Types of Business Level Strategy and Global Demand
Business level strategy is about improving the competitive position of a firm’s products or services within a particular industry or market segment. According to Porter, there are three ways of business level strategy: cost leadership, differentiation, and focus. Each of these strategies can affect the global demand for the firm’s products or services in different ways.
Cost Leadership Strategy and Global Demand
Cost leadership is about offering low price products by reducing expenses, creating economy of scale, developing advanced technology, or sourcing raw materials. A firm that adopts this strategy can increase its global demand by attracting price-sensitive customers, expanding into new markets, or creating entry barriers for competitors. However, this strategy also involves some risks, such as price wars, imitation, or reduced quality. Examples of firms that use cost leadership strategy are Walmart, IKEA, and Ryanair.
Differentiation Strategy and Global Demand
Differentiation is about offering unique or distinctive product features that are valued by customers and allow higher prices.
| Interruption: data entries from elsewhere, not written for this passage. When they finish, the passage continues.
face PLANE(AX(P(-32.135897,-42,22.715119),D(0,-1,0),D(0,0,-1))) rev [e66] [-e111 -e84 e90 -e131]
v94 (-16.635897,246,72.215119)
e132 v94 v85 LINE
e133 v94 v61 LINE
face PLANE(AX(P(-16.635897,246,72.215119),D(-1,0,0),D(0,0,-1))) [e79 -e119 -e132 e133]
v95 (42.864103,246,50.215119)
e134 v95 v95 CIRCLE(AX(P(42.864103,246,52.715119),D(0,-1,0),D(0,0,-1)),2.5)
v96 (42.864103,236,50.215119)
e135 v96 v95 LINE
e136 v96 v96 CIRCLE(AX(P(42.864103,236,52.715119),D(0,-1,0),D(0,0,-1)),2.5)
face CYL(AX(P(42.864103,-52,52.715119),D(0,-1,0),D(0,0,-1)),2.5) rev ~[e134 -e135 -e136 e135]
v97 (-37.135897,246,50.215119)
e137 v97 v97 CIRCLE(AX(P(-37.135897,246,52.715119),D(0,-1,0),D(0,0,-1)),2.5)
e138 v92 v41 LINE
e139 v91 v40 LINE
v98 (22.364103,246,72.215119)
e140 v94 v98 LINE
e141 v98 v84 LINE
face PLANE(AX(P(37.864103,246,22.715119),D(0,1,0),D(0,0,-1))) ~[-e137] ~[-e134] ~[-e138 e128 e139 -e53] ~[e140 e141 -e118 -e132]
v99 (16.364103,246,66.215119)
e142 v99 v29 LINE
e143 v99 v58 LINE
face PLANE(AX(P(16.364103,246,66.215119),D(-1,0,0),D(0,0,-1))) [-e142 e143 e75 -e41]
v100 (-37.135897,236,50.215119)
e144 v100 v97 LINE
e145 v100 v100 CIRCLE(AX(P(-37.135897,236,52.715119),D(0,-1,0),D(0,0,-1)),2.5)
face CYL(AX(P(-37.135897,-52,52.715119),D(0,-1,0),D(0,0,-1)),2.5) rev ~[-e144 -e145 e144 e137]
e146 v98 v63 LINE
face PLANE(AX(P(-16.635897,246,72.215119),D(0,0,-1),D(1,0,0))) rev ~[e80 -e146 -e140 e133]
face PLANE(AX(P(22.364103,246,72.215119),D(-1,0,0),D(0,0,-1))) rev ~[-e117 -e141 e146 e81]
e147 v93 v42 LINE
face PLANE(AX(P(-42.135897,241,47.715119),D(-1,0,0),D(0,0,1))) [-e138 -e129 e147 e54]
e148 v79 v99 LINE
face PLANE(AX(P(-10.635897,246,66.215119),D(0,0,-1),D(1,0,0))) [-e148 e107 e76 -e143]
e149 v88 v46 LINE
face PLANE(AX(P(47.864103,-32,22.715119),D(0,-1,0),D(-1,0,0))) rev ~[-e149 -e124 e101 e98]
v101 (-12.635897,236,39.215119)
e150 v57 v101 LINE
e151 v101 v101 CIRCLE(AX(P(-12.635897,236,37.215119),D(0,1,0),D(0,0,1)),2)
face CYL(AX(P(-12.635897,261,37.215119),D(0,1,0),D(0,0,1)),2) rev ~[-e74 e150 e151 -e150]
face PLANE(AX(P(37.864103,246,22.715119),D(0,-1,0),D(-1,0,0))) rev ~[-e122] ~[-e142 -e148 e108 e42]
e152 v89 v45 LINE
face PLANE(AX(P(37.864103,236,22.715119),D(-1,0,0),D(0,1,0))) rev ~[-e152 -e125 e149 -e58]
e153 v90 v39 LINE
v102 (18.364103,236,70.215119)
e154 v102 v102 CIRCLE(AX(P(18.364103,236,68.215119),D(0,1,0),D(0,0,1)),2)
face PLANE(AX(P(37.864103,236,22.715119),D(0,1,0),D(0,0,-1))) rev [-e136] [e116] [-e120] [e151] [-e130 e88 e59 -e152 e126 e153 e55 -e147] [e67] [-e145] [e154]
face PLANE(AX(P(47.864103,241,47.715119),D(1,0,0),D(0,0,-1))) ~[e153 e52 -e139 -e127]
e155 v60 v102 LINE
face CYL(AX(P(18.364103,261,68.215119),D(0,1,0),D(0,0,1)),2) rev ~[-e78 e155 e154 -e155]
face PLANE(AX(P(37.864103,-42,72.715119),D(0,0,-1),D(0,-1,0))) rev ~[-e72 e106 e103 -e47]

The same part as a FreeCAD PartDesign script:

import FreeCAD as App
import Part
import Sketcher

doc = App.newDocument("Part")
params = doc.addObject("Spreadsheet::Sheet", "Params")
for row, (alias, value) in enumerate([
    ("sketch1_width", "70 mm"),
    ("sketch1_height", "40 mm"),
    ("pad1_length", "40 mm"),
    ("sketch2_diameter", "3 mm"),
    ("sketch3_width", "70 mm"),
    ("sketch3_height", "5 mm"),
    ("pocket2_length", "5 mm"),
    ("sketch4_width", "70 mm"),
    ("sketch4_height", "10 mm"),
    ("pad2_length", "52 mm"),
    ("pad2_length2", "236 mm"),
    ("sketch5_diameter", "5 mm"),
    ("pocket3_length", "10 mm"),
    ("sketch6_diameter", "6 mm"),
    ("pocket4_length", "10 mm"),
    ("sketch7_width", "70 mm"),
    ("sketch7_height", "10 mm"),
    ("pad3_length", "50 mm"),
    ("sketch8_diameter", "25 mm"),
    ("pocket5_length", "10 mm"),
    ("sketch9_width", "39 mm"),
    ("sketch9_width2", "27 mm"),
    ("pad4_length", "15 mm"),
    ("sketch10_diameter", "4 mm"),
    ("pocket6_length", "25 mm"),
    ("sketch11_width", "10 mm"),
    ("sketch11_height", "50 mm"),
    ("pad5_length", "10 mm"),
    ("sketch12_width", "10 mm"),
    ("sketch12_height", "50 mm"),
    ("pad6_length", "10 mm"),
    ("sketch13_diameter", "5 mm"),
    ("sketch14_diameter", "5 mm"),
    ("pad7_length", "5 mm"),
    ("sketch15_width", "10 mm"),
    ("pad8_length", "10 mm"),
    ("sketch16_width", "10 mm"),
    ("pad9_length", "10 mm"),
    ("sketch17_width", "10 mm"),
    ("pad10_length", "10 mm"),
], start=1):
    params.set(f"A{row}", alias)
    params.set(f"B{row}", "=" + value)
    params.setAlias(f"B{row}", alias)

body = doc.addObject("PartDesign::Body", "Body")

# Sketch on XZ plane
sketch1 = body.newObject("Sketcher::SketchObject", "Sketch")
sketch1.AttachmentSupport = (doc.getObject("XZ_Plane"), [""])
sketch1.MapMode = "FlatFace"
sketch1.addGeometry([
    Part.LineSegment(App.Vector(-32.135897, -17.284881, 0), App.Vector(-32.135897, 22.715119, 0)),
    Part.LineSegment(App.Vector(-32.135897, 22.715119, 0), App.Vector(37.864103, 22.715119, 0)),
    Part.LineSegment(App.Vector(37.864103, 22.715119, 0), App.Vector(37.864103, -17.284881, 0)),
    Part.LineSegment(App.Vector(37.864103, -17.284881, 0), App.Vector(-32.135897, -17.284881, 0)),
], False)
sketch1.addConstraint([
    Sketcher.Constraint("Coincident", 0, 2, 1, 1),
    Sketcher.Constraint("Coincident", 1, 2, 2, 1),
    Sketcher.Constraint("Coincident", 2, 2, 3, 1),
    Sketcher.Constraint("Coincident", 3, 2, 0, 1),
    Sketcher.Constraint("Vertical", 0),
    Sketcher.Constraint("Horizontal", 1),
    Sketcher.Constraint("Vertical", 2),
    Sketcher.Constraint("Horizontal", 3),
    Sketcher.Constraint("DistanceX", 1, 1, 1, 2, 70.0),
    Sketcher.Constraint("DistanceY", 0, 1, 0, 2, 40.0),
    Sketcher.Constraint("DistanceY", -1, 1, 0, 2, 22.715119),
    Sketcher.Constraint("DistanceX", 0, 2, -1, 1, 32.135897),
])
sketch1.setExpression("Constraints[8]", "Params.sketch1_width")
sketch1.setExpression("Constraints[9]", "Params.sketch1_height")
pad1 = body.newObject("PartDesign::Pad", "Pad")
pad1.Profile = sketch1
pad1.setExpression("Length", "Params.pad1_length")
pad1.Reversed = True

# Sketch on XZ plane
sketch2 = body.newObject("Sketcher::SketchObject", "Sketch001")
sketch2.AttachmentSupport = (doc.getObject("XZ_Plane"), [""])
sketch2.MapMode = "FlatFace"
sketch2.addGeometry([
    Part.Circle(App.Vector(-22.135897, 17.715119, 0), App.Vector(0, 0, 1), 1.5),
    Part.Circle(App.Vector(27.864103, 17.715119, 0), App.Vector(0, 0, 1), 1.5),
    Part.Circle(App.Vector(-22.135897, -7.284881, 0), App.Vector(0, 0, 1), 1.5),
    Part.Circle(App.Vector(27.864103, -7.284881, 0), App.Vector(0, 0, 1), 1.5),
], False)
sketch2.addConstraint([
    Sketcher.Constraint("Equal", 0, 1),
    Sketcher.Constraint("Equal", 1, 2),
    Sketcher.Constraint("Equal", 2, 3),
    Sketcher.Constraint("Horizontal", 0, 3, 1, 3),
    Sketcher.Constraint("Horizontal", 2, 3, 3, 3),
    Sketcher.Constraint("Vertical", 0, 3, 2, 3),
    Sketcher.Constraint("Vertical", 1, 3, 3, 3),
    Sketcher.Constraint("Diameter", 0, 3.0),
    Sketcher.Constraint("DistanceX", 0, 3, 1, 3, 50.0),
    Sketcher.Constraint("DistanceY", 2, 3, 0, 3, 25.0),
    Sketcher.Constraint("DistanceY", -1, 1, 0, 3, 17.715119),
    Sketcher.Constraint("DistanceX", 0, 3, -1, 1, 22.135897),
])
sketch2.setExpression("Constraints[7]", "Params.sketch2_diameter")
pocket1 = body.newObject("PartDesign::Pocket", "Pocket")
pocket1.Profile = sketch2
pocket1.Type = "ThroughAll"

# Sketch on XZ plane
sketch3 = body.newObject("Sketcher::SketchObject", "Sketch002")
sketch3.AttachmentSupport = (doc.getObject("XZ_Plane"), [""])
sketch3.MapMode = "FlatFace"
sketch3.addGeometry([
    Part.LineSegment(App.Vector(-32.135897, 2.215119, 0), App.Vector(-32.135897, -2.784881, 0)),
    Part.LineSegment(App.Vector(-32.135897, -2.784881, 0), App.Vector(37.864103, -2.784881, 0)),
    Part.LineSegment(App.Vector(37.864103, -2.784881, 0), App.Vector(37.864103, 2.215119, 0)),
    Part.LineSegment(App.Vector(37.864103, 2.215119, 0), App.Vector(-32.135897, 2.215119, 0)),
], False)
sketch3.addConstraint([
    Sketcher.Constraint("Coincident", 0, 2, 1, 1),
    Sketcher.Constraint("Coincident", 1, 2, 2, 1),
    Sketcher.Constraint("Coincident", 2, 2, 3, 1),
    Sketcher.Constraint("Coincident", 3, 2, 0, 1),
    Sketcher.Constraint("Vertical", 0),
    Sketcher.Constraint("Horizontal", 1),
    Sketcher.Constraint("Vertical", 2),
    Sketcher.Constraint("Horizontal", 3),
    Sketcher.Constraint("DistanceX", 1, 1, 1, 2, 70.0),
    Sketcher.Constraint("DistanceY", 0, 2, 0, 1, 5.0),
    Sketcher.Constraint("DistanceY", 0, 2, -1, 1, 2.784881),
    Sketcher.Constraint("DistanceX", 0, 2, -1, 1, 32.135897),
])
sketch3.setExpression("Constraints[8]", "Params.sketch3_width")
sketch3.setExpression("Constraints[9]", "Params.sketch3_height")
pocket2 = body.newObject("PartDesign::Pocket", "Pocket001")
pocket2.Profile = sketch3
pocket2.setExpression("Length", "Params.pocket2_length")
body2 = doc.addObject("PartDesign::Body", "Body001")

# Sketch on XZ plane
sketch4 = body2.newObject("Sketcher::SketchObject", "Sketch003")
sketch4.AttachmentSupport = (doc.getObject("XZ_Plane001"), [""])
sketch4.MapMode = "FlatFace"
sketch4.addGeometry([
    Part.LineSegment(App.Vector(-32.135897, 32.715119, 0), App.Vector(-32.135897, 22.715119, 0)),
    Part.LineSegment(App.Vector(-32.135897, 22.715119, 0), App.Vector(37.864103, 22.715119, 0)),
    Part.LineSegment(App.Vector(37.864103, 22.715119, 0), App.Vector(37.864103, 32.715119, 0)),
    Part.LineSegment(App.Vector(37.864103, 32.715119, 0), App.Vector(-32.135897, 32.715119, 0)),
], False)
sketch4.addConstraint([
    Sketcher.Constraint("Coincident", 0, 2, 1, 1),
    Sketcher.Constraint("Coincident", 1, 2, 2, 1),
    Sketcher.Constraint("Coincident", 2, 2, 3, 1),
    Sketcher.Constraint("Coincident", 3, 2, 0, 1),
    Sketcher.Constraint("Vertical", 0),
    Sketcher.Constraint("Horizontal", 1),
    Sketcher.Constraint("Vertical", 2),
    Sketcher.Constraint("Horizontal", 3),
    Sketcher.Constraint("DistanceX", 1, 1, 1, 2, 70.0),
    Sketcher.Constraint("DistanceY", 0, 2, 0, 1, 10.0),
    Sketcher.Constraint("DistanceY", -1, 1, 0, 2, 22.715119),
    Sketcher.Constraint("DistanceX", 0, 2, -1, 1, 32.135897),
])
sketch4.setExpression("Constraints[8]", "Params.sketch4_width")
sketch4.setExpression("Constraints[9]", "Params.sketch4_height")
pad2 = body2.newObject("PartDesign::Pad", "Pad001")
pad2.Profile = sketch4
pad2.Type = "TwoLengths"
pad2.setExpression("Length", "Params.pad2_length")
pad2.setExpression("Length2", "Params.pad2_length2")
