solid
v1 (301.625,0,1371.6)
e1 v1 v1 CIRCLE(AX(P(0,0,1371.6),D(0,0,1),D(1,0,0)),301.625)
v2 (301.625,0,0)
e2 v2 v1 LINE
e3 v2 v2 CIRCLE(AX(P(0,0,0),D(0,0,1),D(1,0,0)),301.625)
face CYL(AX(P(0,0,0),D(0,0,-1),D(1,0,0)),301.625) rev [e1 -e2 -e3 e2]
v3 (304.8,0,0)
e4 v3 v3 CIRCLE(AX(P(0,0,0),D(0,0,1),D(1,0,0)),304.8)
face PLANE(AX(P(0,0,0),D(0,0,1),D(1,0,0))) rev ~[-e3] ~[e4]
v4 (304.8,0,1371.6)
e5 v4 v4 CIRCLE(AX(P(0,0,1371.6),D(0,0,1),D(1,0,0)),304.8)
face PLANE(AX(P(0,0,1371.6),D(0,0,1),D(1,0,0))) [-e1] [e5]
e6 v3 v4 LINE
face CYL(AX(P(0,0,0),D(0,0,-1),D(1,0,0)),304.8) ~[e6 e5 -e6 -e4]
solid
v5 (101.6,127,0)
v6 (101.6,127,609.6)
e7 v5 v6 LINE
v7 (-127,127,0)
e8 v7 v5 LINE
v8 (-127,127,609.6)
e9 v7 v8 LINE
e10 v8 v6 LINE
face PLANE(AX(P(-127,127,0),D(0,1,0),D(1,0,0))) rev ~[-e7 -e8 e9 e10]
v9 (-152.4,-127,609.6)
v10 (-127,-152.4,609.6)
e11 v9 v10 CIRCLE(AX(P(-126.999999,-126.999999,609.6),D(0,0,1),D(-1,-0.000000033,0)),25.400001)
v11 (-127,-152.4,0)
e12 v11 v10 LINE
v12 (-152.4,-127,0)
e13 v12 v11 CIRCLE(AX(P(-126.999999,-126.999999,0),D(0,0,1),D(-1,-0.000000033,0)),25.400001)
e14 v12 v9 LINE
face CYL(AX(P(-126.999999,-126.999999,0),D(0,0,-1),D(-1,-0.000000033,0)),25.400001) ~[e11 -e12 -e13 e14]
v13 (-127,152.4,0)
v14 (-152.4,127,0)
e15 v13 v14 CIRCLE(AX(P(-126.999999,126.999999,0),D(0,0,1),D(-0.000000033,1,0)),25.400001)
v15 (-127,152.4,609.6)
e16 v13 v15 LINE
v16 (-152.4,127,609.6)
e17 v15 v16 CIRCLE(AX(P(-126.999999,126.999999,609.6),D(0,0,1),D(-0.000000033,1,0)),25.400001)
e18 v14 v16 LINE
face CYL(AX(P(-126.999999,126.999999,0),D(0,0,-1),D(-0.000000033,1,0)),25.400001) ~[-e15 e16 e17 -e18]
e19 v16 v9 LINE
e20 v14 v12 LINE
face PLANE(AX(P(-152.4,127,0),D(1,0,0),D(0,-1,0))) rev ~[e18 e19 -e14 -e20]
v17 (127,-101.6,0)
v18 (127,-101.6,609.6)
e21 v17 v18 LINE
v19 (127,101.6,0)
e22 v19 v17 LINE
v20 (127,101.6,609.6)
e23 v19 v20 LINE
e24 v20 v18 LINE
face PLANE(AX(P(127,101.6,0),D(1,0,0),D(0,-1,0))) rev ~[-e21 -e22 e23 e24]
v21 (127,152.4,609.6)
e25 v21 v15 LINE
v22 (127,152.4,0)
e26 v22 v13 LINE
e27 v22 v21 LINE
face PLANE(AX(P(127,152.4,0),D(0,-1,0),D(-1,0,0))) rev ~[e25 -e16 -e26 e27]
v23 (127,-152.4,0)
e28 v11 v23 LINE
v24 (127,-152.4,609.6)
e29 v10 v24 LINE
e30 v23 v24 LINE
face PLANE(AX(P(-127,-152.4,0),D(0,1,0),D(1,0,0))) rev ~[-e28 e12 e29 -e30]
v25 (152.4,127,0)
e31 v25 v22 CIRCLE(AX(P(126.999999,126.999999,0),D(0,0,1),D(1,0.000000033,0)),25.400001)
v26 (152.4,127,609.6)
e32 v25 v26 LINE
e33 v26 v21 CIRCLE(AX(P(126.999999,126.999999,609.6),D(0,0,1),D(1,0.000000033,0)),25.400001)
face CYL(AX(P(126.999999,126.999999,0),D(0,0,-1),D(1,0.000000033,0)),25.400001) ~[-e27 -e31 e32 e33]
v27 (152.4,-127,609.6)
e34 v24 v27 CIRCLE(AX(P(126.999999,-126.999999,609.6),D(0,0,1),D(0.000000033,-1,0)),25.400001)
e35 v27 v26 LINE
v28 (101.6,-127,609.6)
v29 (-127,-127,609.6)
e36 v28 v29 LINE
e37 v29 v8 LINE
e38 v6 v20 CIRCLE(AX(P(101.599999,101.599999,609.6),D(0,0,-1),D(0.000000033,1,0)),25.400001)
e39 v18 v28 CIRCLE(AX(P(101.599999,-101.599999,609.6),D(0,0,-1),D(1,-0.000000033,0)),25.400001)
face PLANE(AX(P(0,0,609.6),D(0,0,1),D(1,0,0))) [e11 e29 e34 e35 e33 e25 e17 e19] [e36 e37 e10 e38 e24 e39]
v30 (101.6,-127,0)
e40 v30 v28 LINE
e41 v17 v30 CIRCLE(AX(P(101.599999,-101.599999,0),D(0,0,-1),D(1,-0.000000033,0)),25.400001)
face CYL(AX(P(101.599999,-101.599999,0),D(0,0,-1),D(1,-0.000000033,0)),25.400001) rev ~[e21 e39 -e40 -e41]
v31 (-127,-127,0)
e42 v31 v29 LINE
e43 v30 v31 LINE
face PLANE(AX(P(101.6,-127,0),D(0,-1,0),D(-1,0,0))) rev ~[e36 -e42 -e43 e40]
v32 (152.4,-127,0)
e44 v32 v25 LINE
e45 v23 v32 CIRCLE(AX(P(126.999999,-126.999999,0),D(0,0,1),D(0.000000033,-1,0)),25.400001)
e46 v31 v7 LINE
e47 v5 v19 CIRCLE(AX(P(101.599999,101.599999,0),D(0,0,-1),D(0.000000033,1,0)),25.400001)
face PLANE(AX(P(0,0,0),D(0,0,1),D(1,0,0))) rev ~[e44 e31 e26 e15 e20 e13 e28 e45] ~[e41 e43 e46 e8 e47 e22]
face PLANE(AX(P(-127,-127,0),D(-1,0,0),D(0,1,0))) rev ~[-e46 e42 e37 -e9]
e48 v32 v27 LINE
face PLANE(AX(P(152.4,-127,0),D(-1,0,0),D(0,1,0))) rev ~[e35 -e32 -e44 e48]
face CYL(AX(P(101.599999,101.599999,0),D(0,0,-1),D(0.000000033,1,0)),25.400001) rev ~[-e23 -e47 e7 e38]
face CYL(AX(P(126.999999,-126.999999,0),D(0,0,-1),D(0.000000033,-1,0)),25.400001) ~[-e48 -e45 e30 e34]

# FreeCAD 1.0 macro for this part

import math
import FreeCAD as App
import Part
import Sketcher

V = App.Vector
Q = App.Units.Quantity

doc = App.newDocument("Part")
body = doc.addObject("PartDesign::Body", "Body")

sketch1 = body.newObject("Sketcher::SketchObject", "Sketch")
sketch1.AttachmentSupport = (doc.getObject("XY_Plane"), [""])
sketch1.MapMode = "FlatFace"
sketch1.addGeometry([
    Part.LineSegment(V(127, 152, 0), V(-127, 152, 0)),
    Part.ArcOfCircle(Part.Circle(V(-127, 127, 0), V(0, 0, 1), 25), math.radians(90), math.radians(180)),
    Part.LineSegment(V(-152, 127, 0), V(-152, -127, 0)),
    Part.ArcOfCircle(Part.Circle(V(-127, -127, 0), V(0, 0, 1), 25), math.radians(-180), math.radians(-90)),
    Part.LineSegment(V(-127, -152, 0), V(127, -152, 0)),
    Part.ArcOfCircle(Part.Circle(V(127, -127, 0), V(0, 0, 1), 25), math.radians(-90), math.radians(0)),
    Part.LineSegment(V(152, -127, 0), V(152, 127, 0)),
    Part.ArcOfCircle(Part.Circle(V(127, 127, 0), V(0, 0, 1), 25), math.radians(0), math.radians(90)),
    Part.LineSegment(V(127, 102, 0), V(127, -102, 0)),
    Part.ArcOfCircle(Part.Circle(V(102, -102, 0), V(0, 0, 1), 25), math.radians(-90), math.radians(0)),
    Part.LineSegment(V(102, -127, 0), V(-127, -127, 0)),
    Part.LineSegment(V(-127, -127, 0), V(-127, 127, 0)),
    Part.LineSegment(V(-127, 127, 0), V(102, 127, 0)),
    Part.ArcOfCircle(Part.Circle(V(102, 102, 0), V(0, 0, 1), 25), math.radians(0), math.radians(90)),
], False)
sketch1.addConstraint([
    Sketcher.Constraint("Tangent", 0, 2, 1, 1),
    Sketcher.Constraint("Tangent", 1, 2, 2, 1),
    Sketcher.Constraint("Tangent", 2, 2, 3, 1),
    Sketcher.Constraint("Tangent", 3, 2, 4, 1),
    Sketcher.Constraint("Tangent", 4, 2, 5, 1),
    Sketcher.Constraint("Tangent", 5, 2, 6, 1),
    Sketcher.Constraint("Tangent", 6, 2, 7, 1),
    Sketcher.Constraint("Tangent", 7, 2, 0, 1),
    Sketcher.Constraint("Tangent", 8, 2, 9, 2),
    Sketcher.Constraint("Tangent", 9, 1, 10, 1),
    Sketcher.Constraint("Coincident", 10, 2, 11, 1),
    Sketcher.Constraint("Coincident", 11, 2, 12, 1),
    Sketcher.Constraint("Tangent", 12, 2, 13, 2),
    Sketcher.Constraint("Tangent", 13, 1, 8, 1),
    Sketcher.Constraint("Horizontal", 0),
    Sketcher.Constraint("Vertical", 2),
    Sketcher.Constraint("Horizontal", 4),
    Sketcher.Constraint("Vertical", 6),
    Sketcher.Constraint("Vertical", 8),
    Sketcher.Constraint("Horizontal", 10),
    Sketcher.Constraint("Vertical", 11),
    Sketcher.Constraint("Horizontal", 12),
    Sketcher.Constraint("Coincident", 10, 2, 3, 3),
    Sketcher.Constraint("Coincident", 11, 2, 1, 3),
    Sketcher.Constraint("Equal", 3, 5),
    Sketcher.Constraint("Equal", 5, 7),
    Sketcher.Constraint("Equal", 7, 9),
    Sketcher.Constraint("Equal", 9, 13),
    Sketcher.Constraint("Symmetric", 1, 3, 5, 3, -1, 1),
    Sketcher.Constraint("Vertical", 7, 2, 8, 2),
    Sketcher.Constraint("Equal", 4, 2),
    Sketcher.Constraint("Radius", 1, Q("1 in")),
    Sketcher.Constraint("DistanceX", 0, 2, 0, 1, Q("10 in")),
])
pad1 = body.newObject("PartDesign::Pad", "Pad")
pad1.Profile = sketch1
pad1.Length = Q("24 in")
body2 = doc.addObject("PartDesign::Body", "Body001")

sketch2 = body2.newObject("Sketcher::SketchObject", "Sketch001")
sketch2.AttachmentSupport = (doc.getObject("XY_Plane001"), [""])
sketch2.MapMode = "FlatFace"
sketch2.addGeometry([
    Part.Circle(V(0, 0, 0), V(0, 0, 1), 305),
    Part.Circle(V(0, 0, 0), V(0, 0, 1), 302),
], False)
sketch2.addConstraint([
    Sketcher.Constraint("Coincident", 0, 3, -1, 1),
    Sketcher.Constraint("Coincident", 1, 3, -1, 1),
    Sketcher.Constraint("Diameter", 0, Q("24 in")),
    Sketcher.Constraint("Diameter", 1, Q("23.75 in")),
])
pad2 = body2.newObject("PartDesign::Pad", "Pad001")
pad2.Profile = sketch2
pad2.Length = Q("54 in")

doc.recompute()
A firm that adopts this strategy can increase its global demand by creating customer loyalty, enhancing brand image, or reducing price sensitivity. However, this strategy also involves some costs, such as research and development, marketing, or customer service. Examples of firms that use differentiation strategy are Apple, Starbucks, and BMW.
Focus Strategy and Global Demand
Focus is about targeting a specific market segment or niche with either cost or differentiation advantages. A firm that adopts this strategy can increase its global demand by meeting the needs and preferences of a narrow group of customers, avoiding direct competition, or exploiting local opportunities. However, this strategy also involves some challenges, such as limited growth potential, niche erosion, or increased rivalry. Examples of firms that use focus strategy are Ferrari, Lululemon, and Netflix.